**Input material**
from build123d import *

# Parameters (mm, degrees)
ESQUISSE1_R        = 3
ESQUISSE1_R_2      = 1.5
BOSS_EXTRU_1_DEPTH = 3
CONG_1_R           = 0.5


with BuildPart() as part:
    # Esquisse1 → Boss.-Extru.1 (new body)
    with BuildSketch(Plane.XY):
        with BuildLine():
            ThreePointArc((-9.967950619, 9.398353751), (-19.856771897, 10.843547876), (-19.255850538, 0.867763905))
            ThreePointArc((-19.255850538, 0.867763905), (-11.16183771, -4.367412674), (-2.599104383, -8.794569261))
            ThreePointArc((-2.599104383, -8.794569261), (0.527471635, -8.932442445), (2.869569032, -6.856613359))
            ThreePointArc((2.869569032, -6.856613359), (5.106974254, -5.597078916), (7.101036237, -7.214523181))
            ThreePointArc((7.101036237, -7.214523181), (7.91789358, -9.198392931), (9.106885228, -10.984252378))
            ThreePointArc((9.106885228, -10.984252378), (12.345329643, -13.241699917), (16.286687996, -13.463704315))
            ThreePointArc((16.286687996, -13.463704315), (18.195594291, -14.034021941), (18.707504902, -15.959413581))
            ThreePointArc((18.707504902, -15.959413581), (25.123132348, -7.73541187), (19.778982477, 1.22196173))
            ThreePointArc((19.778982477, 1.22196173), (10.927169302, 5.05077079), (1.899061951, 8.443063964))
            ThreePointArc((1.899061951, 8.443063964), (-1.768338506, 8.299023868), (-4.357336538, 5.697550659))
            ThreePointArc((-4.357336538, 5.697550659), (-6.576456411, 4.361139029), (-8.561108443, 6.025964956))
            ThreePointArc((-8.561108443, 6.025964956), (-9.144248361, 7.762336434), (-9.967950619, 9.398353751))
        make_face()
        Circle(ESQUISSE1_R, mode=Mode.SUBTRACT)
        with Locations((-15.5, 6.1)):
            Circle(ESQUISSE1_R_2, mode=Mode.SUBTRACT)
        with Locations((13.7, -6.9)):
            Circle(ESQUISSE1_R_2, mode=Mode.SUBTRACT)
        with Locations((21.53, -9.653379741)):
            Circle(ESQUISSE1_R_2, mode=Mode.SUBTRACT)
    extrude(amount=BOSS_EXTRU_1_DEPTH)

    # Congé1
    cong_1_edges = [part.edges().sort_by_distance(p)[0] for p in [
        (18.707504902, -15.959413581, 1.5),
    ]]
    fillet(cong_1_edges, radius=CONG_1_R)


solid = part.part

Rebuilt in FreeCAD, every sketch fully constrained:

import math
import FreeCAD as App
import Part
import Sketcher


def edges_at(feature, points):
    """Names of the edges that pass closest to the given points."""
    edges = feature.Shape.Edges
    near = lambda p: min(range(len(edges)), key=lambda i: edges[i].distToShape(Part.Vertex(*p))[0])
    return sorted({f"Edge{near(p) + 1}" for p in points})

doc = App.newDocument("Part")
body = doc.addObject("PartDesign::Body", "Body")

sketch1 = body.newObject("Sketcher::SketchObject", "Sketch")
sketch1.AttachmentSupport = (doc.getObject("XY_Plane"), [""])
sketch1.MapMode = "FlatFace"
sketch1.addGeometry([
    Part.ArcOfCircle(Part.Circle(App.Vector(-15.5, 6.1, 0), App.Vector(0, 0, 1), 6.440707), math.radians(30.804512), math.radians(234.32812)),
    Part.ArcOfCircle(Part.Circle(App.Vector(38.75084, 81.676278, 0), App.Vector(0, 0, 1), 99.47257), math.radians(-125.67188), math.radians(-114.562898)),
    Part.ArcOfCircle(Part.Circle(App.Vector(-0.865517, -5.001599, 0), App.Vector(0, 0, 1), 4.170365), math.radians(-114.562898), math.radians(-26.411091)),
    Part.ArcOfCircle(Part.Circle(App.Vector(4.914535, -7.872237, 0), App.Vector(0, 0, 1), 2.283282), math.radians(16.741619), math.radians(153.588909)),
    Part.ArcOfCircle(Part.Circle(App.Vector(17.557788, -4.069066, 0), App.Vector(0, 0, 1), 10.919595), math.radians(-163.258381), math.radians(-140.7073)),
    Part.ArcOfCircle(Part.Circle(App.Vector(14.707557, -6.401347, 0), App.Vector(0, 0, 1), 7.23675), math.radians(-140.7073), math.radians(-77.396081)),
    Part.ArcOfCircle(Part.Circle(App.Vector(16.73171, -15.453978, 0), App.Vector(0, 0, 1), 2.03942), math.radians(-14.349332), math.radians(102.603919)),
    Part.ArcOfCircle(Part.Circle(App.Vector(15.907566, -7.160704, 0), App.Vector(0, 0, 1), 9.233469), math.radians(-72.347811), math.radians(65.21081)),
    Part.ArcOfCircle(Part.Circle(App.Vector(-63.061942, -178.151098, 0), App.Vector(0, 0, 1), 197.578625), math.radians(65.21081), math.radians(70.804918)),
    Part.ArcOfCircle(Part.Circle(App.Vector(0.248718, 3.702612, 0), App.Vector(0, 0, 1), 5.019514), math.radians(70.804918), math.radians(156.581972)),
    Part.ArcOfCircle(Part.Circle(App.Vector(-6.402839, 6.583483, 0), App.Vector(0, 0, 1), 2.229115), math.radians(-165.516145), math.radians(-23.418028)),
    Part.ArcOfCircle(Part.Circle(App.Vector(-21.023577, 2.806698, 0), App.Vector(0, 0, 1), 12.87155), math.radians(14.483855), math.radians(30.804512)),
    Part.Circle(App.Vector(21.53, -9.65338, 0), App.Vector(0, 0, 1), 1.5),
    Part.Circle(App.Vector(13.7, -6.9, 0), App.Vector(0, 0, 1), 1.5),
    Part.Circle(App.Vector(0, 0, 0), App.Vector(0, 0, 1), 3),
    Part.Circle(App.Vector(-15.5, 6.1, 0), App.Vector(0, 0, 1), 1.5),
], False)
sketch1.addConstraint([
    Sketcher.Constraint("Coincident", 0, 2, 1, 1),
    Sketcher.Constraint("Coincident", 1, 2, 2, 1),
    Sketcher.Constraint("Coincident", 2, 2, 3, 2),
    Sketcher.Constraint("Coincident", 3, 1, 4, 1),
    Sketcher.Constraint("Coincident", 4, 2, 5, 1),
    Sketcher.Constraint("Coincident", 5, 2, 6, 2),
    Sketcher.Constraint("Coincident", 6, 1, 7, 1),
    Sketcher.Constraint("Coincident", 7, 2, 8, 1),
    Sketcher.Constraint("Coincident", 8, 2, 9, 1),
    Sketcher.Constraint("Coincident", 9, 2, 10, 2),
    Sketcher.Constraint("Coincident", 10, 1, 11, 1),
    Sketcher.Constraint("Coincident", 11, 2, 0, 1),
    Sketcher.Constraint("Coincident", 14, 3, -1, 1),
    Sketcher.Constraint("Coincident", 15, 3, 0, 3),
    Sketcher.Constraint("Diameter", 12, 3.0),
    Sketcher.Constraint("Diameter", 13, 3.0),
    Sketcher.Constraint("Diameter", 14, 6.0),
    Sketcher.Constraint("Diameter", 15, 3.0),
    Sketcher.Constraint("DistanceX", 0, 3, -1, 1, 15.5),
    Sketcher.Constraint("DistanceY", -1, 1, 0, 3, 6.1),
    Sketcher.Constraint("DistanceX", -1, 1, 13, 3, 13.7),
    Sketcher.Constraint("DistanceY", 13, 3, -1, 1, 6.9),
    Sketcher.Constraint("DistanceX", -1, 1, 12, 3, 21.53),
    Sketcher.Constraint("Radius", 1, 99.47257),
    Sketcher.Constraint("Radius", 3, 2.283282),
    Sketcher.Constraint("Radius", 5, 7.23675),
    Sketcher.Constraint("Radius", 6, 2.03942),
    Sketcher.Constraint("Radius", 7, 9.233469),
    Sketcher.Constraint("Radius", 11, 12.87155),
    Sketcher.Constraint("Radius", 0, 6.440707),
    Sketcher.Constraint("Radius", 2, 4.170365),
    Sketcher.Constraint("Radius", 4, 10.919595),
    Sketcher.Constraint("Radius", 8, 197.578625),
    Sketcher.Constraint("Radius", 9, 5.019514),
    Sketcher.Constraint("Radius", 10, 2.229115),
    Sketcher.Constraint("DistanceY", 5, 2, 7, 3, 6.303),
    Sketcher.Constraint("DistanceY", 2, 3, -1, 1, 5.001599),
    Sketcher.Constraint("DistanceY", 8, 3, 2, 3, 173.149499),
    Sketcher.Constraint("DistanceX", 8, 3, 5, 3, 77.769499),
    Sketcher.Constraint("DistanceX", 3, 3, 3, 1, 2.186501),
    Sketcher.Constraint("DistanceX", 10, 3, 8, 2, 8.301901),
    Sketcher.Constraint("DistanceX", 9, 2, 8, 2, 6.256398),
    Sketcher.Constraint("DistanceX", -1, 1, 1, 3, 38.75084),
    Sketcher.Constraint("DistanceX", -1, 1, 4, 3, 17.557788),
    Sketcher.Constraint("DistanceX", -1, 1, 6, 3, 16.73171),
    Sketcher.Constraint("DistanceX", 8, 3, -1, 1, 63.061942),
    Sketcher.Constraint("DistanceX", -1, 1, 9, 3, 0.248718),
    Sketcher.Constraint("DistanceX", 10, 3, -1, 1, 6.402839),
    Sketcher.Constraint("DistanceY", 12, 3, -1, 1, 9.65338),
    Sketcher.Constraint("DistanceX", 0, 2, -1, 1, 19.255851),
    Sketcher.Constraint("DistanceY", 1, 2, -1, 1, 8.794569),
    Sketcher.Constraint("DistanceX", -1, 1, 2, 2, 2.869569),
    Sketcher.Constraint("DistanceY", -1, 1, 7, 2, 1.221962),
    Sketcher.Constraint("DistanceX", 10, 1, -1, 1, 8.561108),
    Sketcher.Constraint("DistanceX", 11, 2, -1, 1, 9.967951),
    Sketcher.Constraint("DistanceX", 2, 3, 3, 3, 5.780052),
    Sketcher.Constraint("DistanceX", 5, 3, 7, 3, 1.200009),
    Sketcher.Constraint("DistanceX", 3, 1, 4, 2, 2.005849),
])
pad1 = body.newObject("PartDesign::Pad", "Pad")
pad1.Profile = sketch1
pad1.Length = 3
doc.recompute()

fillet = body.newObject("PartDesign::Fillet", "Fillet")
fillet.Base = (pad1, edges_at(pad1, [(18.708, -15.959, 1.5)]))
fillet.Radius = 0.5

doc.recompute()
==
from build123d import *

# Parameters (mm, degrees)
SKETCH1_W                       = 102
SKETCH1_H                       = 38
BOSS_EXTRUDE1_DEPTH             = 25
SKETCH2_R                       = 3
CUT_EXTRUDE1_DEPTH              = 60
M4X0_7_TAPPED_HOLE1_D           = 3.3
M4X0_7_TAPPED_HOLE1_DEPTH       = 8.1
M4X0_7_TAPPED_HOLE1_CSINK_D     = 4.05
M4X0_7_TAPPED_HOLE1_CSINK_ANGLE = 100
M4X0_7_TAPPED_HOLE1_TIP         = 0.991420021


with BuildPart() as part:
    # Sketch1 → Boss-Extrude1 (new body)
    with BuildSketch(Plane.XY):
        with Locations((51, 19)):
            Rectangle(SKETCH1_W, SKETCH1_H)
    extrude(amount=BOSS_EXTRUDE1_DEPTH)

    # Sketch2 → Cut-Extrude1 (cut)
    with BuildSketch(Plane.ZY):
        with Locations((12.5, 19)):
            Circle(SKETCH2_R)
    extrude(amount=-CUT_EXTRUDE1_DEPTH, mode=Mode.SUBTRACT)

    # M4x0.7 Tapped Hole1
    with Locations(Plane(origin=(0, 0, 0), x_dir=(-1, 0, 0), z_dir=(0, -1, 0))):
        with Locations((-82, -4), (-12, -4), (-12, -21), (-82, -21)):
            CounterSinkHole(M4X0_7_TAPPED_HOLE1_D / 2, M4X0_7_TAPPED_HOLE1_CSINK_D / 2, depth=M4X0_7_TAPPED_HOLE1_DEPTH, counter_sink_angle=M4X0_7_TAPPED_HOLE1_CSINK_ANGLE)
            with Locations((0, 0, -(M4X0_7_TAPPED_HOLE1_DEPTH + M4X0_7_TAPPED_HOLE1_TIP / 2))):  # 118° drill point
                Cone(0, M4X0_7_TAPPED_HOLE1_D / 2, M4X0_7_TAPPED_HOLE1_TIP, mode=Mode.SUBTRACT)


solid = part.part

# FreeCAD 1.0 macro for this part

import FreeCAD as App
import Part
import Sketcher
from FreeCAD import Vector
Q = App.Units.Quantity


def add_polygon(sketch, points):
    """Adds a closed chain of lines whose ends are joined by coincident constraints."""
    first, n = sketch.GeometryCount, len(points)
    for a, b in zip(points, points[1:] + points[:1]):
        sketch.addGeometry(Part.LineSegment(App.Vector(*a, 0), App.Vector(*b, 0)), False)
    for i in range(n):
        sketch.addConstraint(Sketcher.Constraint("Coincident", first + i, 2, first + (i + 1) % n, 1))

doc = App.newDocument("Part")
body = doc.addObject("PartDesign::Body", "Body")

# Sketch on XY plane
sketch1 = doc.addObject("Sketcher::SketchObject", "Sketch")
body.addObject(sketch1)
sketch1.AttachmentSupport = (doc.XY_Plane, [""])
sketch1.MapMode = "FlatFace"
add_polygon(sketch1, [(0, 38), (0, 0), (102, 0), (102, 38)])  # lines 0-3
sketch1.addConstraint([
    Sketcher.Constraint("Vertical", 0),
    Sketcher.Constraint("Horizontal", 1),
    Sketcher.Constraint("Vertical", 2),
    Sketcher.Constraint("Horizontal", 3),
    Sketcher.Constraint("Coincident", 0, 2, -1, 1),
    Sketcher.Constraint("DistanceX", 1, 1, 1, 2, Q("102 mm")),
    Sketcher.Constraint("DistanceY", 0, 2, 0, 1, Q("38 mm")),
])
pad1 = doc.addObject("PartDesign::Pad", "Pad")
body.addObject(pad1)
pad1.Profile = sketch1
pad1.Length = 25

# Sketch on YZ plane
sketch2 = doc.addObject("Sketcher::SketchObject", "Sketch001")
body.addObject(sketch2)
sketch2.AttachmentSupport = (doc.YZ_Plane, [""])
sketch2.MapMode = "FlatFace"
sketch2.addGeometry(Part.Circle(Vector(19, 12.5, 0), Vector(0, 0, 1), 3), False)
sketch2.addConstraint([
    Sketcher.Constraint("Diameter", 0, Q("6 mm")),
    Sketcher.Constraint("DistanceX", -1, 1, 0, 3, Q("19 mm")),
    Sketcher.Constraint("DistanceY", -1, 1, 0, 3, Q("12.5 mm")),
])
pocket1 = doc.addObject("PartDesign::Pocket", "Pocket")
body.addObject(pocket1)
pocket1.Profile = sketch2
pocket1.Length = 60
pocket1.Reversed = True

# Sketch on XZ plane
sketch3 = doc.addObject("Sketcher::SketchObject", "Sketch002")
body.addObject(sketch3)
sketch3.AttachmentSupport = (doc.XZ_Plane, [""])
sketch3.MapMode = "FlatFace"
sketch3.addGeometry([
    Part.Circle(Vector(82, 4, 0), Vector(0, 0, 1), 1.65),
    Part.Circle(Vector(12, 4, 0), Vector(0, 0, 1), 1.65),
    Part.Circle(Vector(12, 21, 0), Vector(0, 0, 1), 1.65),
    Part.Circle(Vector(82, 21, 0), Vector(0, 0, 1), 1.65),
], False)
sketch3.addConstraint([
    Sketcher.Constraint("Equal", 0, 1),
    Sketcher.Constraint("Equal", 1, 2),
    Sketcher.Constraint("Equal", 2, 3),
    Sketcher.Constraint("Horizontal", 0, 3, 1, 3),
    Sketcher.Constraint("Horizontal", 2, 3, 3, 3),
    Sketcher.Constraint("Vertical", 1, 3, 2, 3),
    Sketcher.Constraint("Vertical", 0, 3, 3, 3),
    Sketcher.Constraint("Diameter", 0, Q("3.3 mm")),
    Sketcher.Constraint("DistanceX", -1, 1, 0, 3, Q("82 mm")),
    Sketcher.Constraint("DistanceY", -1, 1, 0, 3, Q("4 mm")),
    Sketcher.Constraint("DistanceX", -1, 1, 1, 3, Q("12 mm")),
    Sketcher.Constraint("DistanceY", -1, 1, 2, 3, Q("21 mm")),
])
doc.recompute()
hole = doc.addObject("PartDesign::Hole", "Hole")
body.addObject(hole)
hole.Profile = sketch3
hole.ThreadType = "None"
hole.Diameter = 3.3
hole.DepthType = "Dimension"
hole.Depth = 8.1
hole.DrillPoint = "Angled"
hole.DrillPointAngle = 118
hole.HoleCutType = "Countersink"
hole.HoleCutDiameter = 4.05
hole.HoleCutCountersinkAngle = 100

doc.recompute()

**Problem requirements**
Copy back the listing above exactly, but only from the line with "make_face()" through the line with "Rebuilt in FreeCAD, every", both ends included.

**Response below**
        make_face()
        Circle(ESQUISSE1_R, mode=Mode.SUBTRACT)
        with Locations((-15.5, 6.1)):
            Circle(ESQUISSE1_R_2, mode=Mode.SUBTRACT)
        with Locations((13.7, -6.9)):
            Circle(ESQUISSE1_R_2, mode=Mode.SUBTRACT)
        with Locations((21.53, -9.653379741)):
            Circle(ESQUISSE1_R_2, mode=Mode.SUBTRACT)
    extrude(amount=BOSS_EXTRU_1_DEPTH)

    # Congé1
    cong_1_edges = [part.edges().sort_by_distance(p)[0] for p in [
        (18.707504902, -15.959413581, 1.5),
    ]]
    fillet(cong_1_edges, radius=CONG_1_R)


solid = part.part

Rebuilt in FreeCAD, every sketch fully constrained:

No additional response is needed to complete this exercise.